If you want a 95% interval to predict the next values will fall in, then you want a prediction interval and not a confidence interval (http://en.wikipedia.org/wiki/Prediction_interval).
For 2-D (3-D) data, the semi-axes of the ellipse (ellipsoid) can be found by calculating the eigenvalues of the covariance matrix of the data and adjusting the size of the semi-axes to account for the necessary prediction probability.
See Prediction ellipse and prediction ellipsoid for a Python code to calculate the 95% prediction ellipse or ellipsoid.
This might help you to calculate the prediction ellipse for your data.

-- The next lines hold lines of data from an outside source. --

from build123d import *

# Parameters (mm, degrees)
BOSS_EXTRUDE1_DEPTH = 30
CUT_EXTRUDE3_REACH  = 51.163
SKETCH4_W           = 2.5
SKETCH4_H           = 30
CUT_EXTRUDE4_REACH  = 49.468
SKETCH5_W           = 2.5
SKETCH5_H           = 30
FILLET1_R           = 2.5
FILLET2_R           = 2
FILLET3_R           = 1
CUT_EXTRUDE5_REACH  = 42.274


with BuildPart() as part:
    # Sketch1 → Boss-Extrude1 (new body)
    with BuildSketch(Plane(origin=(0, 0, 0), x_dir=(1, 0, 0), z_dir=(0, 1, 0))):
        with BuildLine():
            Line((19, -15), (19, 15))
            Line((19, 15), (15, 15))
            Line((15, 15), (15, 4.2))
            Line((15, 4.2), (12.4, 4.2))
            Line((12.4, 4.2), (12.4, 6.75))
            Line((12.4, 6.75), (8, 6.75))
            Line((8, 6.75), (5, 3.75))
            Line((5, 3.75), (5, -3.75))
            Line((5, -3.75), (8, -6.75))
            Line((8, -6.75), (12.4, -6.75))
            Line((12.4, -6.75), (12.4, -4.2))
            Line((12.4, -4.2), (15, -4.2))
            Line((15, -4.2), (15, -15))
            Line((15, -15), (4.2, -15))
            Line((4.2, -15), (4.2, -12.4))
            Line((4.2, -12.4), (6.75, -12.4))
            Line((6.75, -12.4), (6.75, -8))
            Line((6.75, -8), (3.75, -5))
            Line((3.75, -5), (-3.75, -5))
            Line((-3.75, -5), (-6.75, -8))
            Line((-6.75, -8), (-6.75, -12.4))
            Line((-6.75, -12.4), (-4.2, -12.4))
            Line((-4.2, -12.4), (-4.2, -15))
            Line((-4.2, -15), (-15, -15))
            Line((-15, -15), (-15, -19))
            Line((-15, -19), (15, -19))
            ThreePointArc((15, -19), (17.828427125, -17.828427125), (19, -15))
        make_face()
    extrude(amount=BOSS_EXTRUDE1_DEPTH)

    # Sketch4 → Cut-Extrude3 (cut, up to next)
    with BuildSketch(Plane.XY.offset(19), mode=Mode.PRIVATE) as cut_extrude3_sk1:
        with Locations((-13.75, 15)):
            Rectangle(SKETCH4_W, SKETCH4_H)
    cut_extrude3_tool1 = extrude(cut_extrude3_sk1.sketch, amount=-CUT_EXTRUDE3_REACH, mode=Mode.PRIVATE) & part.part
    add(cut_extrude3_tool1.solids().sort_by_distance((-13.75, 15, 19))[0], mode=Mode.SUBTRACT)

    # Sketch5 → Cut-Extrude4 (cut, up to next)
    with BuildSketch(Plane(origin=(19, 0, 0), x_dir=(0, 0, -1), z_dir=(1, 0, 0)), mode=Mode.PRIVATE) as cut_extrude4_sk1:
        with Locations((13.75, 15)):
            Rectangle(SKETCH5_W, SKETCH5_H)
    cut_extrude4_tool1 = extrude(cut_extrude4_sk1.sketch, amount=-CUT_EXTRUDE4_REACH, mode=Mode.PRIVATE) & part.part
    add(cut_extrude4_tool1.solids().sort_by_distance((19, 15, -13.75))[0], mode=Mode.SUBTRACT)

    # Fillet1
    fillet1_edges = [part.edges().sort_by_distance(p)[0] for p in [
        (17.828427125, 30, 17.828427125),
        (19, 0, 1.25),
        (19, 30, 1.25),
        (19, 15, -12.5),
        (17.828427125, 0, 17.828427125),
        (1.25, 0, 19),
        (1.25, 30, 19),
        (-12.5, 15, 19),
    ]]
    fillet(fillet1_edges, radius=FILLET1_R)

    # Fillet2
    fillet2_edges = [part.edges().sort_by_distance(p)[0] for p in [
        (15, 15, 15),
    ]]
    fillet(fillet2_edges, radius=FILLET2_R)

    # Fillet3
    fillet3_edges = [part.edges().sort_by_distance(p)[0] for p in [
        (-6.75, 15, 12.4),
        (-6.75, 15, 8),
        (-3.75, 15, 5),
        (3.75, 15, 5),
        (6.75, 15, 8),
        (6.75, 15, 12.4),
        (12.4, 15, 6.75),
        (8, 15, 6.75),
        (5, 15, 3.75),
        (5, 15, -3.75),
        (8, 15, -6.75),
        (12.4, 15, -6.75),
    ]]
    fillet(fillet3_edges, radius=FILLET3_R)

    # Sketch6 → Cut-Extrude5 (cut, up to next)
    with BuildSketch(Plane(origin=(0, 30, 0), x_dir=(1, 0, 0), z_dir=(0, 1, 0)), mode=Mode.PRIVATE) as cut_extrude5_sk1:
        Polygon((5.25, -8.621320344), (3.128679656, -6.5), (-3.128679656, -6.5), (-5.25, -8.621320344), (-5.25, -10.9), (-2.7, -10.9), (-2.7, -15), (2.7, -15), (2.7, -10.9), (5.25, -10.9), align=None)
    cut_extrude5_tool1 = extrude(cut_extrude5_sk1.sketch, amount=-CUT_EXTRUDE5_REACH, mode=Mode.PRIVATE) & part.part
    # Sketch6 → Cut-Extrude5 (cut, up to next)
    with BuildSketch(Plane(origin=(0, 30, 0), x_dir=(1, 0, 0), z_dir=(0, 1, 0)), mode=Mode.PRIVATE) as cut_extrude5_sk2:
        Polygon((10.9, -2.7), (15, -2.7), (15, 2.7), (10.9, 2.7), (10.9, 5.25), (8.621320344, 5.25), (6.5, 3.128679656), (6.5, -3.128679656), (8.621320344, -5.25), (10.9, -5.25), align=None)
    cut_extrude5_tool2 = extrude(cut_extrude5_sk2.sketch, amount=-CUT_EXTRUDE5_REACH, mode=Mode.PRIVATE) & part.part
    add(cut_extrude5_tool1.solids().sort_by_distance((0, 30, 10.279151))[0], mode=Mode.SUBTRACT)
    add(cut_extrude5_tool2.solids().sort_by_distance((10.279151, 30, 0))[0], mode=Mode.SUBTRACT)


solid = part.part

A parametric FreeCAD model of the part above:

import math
import FreeCAD as App
import Part
import Sketcher


def edges_at(feature, points):
    """Names of the edges that pass closest to the given points."""
    edges = feature.Shape.Edges
    near = lambda p: min(range(len(edges)), key=lambda i: edges[i].distToShape(Part.Vertex(*p))[0])
    return sorted({f"Edge{near(p) + 1}" for p in points})

doc = App.newDocument("Part")
params = doc.addObject("Spreadsheet::Sheet", "Params")
for row, (alias, value) in enumerate([
    ("sketch1_radius", "4 mm"),
    ("sketch1_width", "30 mm"),
    ("sketch1_width2", "2.6 mm"),
    ("sketch1_width3", "4.4 mm"),
    ("sketch1_width4", "10.8 mm"),
    ("pad1_length", "30 mm"),
    ("sketch2_height", "30 mm"),
    ("sketch2_width", "2.5 mm"),
    ("sketch3_width", "30 mm"),
    ("sketch3_height", "2.5 mm"),
    ("fillet_radius", "2.5 mm"),
    ("fillet2_radius", "2 mm"),
    ("fillet3_radius", "1 mm"),
    ("sketch4_length", "3 mm"),
    ("sketch4_width", "5.4 mm"),
    ("sketch4_height", "4.1 mm"),
    ("sketch4_width2", "2.55 mm"),
    ("sketch5_length", "3 mm"),
    ("sketch5_width", "4.1 mm"),
    ("sketch5_height", "5.4 mm"),
    ("sketch5_height2", "2.55 mm"),
], start=1):
    params.set(f"A{row}", alias)
    params.set(f"B{row}", "=" + value)
    params.setAlias(f"B{row}", alias)

body = doc.addObject("PartDesign::Body", "Body")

Because your statistic is of course derived from a sample, the probability the population statistic is greater than the 2 sigma standard deviation is 0.5. Therefore, I would contemplate the significance of considering whether you have a good prediction of a value you expect the next measure to be below with probability 0.95 if you have not applied an upper confidence factor of the 2x standard deviation. The magnitude of that factor will depend on the sample size used to derive the 0.5 population probability. The smaller the sample size used to derive the covariance matrix the larger the factor to derive the 0.95 probability the population 0.95 statistic is less than the factored up sample statistic.